** Work task **
Copy the data. Keep every character as given.
===============
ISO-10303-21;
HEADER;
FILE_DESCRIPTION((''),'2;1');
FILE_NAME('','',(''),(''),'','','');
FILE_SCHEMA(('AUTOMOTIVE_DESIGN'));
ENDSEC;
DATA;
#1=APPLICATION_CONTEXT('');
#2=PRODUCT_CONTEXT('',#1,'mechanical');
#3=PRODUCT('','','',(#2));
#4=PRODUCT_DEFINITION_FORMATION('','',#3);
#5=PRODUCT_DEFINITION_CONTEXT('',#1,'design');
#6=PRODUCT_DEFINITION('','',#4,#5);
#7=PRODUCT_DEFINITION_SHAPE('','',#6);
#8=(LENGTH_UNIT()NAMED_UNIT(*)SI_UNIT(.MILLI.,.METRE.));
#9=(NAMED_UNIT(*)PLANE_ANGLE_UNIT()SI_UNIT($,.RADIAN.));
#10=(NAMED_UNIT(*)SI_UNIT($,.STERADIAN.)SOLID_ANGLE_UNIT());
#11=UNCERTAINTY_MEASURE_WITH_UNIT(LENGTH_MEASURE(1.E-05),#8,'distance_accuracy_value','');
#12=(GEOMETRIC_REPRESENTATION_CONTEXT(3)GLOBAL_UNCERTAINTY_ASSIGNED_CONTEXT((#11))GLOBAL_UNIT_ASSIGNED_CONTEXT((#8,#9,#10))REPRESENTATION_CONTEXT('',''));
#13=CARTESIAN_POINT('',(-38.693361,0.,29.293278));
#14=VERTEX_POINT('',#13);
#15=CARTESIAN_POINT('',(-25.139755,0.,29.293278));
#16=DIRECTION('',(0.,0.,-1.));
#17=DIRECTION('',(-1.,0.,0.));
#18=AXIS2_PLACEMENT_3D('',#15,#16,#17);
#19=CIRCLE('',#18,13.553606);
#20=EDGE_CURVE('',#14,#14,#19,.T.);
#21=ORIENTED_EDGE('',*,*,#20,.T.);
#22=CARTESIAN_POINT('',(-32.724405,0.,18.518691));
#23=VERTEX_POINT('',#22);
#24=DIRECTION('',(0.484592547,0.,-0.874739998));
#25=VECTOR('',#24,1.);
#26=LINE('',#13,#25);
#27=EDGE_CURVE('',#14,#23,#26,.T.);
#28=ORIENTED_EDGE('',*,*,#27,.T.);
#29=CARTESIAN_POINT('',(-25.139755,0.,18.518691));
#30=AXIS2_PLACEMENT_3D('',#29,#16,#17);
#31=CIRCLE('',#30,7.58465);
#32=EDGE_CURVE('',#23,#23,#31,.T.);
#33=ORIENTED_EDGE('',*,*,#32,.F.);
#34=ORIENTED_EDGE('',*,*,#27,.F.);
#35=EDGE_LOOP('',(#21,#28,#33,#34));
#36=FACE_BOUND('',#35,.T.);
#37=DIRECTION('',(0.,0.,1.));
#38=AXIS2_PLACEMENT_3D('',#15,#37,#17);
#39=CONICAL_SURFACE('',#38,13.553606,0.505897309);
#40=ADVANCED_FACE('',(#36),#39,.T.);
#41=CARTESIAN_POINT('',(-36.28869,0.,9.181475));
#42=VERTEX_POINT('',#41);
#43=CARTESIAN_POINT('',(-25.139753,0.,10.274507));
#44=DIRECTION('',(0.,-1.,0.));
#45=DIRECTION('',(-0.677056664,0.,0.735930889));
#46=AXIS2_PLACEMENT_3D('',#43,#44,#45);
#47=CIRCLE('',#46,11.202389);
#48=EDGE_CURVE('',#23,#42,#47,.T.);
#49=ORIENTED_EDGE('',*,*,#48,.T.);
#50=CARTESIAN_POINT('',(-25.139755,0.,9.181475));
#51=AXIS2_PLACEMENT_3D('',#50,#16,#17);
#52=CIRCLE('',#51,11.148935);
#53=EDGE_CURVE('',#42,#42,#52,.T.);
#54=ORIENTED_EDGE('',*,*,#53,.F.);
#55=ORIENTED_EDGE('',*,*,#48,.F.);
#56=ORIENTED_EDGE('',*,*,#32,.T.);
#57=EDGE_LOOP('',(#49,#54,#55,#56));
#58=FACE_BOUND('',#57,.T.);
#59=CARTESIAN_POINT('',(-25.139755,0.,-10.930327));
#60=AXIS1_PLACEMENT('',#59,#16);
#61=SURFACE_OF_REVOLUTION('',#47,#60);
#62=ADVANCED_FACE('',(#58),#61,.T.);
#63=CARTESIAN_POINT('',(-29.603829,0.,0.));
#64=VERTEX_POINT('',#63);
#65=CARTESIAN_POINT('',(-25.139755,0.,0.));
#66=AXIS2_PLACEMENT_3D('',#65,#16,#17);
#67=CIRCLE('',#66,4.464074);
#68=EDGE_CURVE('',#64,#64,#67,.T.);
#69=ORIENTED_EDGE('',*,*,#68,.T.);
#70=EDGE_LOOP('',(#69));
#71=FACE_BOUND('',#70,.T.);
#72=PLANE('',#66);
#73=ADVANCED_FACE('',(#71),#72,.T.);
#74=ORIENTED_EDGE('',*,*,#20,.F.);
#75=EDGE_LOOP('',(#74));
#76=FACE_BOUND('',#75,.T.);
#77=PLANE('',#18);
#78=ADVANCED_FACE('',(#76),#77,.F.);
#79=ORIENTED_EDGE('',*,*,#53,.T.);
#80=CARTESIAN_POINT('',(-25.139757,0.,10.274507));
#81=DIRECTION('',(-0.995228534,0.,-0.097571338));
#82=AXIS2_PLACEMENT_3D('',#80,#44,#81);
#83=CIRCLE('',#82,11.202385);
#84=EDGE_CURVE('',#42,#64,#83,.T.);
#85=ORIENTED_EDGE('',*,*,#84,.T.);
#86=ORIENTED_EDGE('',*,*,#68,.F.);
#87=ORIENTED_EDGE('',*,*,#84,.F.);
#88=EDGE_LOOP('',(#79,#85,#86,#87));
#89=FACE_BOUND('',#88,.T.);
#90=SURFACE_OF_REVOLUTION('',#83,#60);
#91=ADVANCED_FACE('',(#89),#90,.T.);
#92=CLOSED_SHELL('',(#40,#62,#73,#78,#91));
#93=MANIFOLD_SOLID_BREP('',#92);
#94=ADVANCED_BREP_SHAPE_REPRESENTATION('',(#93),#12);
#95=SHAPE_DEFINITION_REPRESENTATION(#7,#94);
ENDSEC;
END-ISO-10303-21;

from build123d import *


with BuildPart() as f1:
    # F0 (on Front) → F1 (revolve)
    with BuildSketch(Plane.XZ):
        with BuildLine():
            ThreePointArc((-32.724405, 18.518691), (-35.605542, 14.269601), (-36.28869, 9.181475))
            ThreePointArc((-36.28869, 9.181475), (-34.196045, 3.680792), (-29.603829, 0))
            Line((-29.603829, 0), (-25.139755, 0))
            Line((-25.139755, 0), (-25.139755, 10.274508))
            Line((-25.139755, 10.274508), (-25.139755, 29.293278))
            Line((-25.139755, 29.293278), (-38.693361, 29.293278))
            Line((-38.693361, 29.293278), (-32.724405, 18.518691))
        make_face()
    revolve(axis=Axis((-25.139755, 0, -10.930327), (0, 0, -1)))


solid = f1.part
===============
** Response **
ISO-10303-21;
HEADER;
FILE_DESCRIPTION((''),'2;1');
FILE_NAME('','',(''),(''),'','','');
FILE_SCHEMA(('AUTOMOTIVE_DESIGN'));
ENDSEC;
DATA;
#1=APPLICATION_CONTEXT('');
#2=PRODUCT_CONTEXT('',#1,'mechanical');
#3=PRODUCT('','','',(#2));
#4=PRODUCT_DEFINITION_FORMATION('','',#3);
#5=PRODUCT_DEFINITION_CONTEXT('',#1,'design');
#6=PRODUCT_DEFINITION('','',#4,#5);
#7=PRODUCT_DEFINITION_SHAPE('','',#6);
#8=(LENGTH_UNIT()NAMED_UNIT(*)SI_UNIT(.MILLI.,.METRE.));
#9=(NAMED_UNIT(*)PLANE_ANGLE_UNIT()SI_UNIT($,.RADIAN.));
#10=(NAMED_UNIT(*)SI_UNIT($,.STERADIAN.)SOLID_ANGLE_UNIT());
#11=UNCERTAINTY_MEASURE_WITH_UNIT(LENGTH_MEASURE(1.E-05),#8,'distance_accuracy_value','');
#12=(GEOMETRIC_REPRESENTATION_CONTEXT(3)GLOBAL_UNCERTAINTY_ASSIGNED_CONTEXT((#11))GLOBAL_UNIT_ASSIGNED_CONTEXT((#8,#9,#10))REPRESENTATION_CONTEXT('',''));
#13=CARTESIAN_POINT('',(-38.693361,0.,29.293278));
#14=VERTEX_POINT('',#13);
#15=CARTESIAN_POINT('',(-25.139755,0.,29.293278));
#16=DIRECTION('',(0.,0.,-1.));
#17=DIRECTION('',(-1.,0.,0.));
#18=AXIS2_PLACEMENT_3D('',#15,#16,#17);
#19=CIRCLE('',#18,13.553606);
#20=EDGE_CURVE('',#14,#14,#19,.T.);
#21=ORIENTED_EDGE('',*,*,#20,.T.);
#22=CARTESIAN_POINT('',(-32.724405,0.,18.518691));
#23=VERTEX_POINT('',#22);
#24=DIRECTION('',(0.484592547,0.,-0.874739998));
#25=VECTOR('',#24,1.);
#26=LINE('',#13,#25);
#27=EDGE_CURVE('',#14,#23,#26,.T.);
#28=ORIENTED_EDGE('',*,*,#27,.T.);
#29=CARTESIAN_POINT('',(-25.139755,0.,18.518691));
#30=AXIS2_PLACEMENT_3D('',#29,#16,#17);
#31=CIRCLE('',#30,7.58465);
#32=EDGE_CURVE('',#23,#23,#31,.T.);
#33=ORIENTED_EDGE('',*,*,#32,.F.);
#34=ORIENTED_EDGE('',*,*,#27,.F.);
#35=EDGE_LOOP('',(#21,#28,#33,#34));
#36=FACE_BOUND('',#35,.T.);
#37=DIRECTION('',(0.,0.,1.));
#38=AXIS2_PLACEMENT_3D('',#15,#37,#17);
#39=CONICAL_SURFACE('',#38,13.553606,0.505897309);
#40=ADVANCED_FACE('',(#36),#39,.T.);
#41=CARTESIAN_POINT('',(-36.28869,0.,9.181475));
#42=VERTEX_POINT('',#41);
#43=CARTESIAN_POINT('',(-25.139753,0.,10.274507));
#44=DIRECTION('',(0.,-1.,0.));
#45=DIRECTION('',(-0.677056664,0.,0.735930889));
#46=AXIS2_PLACEMENT_3D('',#43,#44,#45);
#47=CIRCLE('',#46,11.202389);
#48=EDGE_CURVE('',#23,#42,#47,.T.);
#49=ORIENTED_EDGE('',*,*,#48,.T.);
#50=CARTESIAN_POINT('',(-25.139755,0.,9.181475));
#51=AXIS2_PLACEMENT_3D('',#50,#16,#17);
#52=CIRCLE('',#51,11.148935);
#53=EDGE_CURVE('',#42,#42,#52,.T.);
#54=ORIENTED_EDGE('',*,*,#53,.F.);
#55=ORIENTED_EDGE('',*,*,#48,.F.);
#56=ORIENTED_EDGE('',*,*,#32,.T.);
#57=EDGE_LOOP('',(#49,#54,#55,#56));
#58=FACE_BOUND('',#57,.T.);
#59=CARTESIAN_POINT('',(-25.139755,0.,-10.930327));
#60=AXIS1_PLACEMENT('',#59,#16);
#61=SURFACE_OF_REVOLUTION('',#47,#60);
#62=ADVANCED_FACE('',(#58),#61,.T.);
#63=CARTESIAN_POINT('',(-29.603829,0.,0.));
#64=VERTEX_POINT('',#63);
#65=CARTESIAN_POINT('',(-25.139755,0.,0.));
#66=AXIS2_PLACEMENT_3D('',#65,#16,#17);
#67=CIRCLE('',#66,4.464074);
#68=EDGE_CURVE('',#64,#64,#67,.T.);
#69=ORIENTED_EDGE('',*,*,#68,.T.);
#70=EDGE_LOOP('',(#69));
#71=FACE_BOUND('',#70,.T.);
#72=PLANE('',#66);
#73=ADVANCED_FACE('',(#71),#72,.T.);
#74=ORIENTED_EDGE('',*,*,#20,.F.);
#75=EDGE_LOOP('',(#74));
#76=FACE_BOUND('',#75,.T.);
#77=PLANE('',#18);
#78=ADVANCED_FACE('',(#76),#77,.F.);
#79=ORIENTED_EDGE('',*,*,#53,.T.);
#80=CARTESIAN_POINT('',(-25.139757,0.,10.274507));
#81=DIRECTION('',(-0.995228534,0.,-0.097571338));
#82=AXIS2_PLACEMENT_3D('',#80,#44,#81);
#83=CIRCLE('',#82,11.202385);
#84=EDGE_CURVE('',#42,#64,#83,.T.);
#85=ORIENTED_EDGE('',*,*,#84,.T.);
#86=ORIENTED_EDGE('',*,*,#68,.F.);
#87=ORIENTED_EDGE('',*,*,#84,.F.);
#88=EDGE_LOOP('',(#79,#85,#86,#87));
#89=FACE_BOUND('',#88,.T.);
#90=SURFACE_OF_REVOLUTION('',#83,#60);
#91=ADVANCED_FACE('',(#89),#90,.T.);
#92=CLOSED_SHELL('',(#40,#62,#73,#78,#91));
#93=MANIFOLD_SOLID_BREP('',#92);
#94=ADVANCED_BREP_SHAPE_REPRESENTATION('',(#93),#12);
#95=SHAPE_DEFINITION_REPRESENTATION(#7,#94);
ENDSEC;
END-ISO-10303-21;

from build123d import *


with BuildPart() as f1:
    # F0 (on Front) → F1 (revolve)
    with BuildSketch(Plane.XZ):
        with BuildLine():
            ThreePointArc((-32.724405, 18.518691), (-35.605542, 14.269601), (-36.28869, 9.181475))
            ThreePointArc((-36.28869, 9.181475), (-34.196045, 3.680792), (-29.603829, 0))
            Line((-29.603829, 0), (-25.139755, 0))
            Line((-25.139755, 0), (-25.139755, 10.274508))
            Line((-25.139755, 10.274508), (-25.139755, 29.293278))
            Line((-25.139755, 29.293278), (-38.693361, 29.293278))
            Line((-38.693361, 29.293278), (-32.724405, 18.518691))
        make_face()
    revolve(axis=Axis((-25.139755, 0, -10.930327), (0, 0, -1)))


solid = f1.part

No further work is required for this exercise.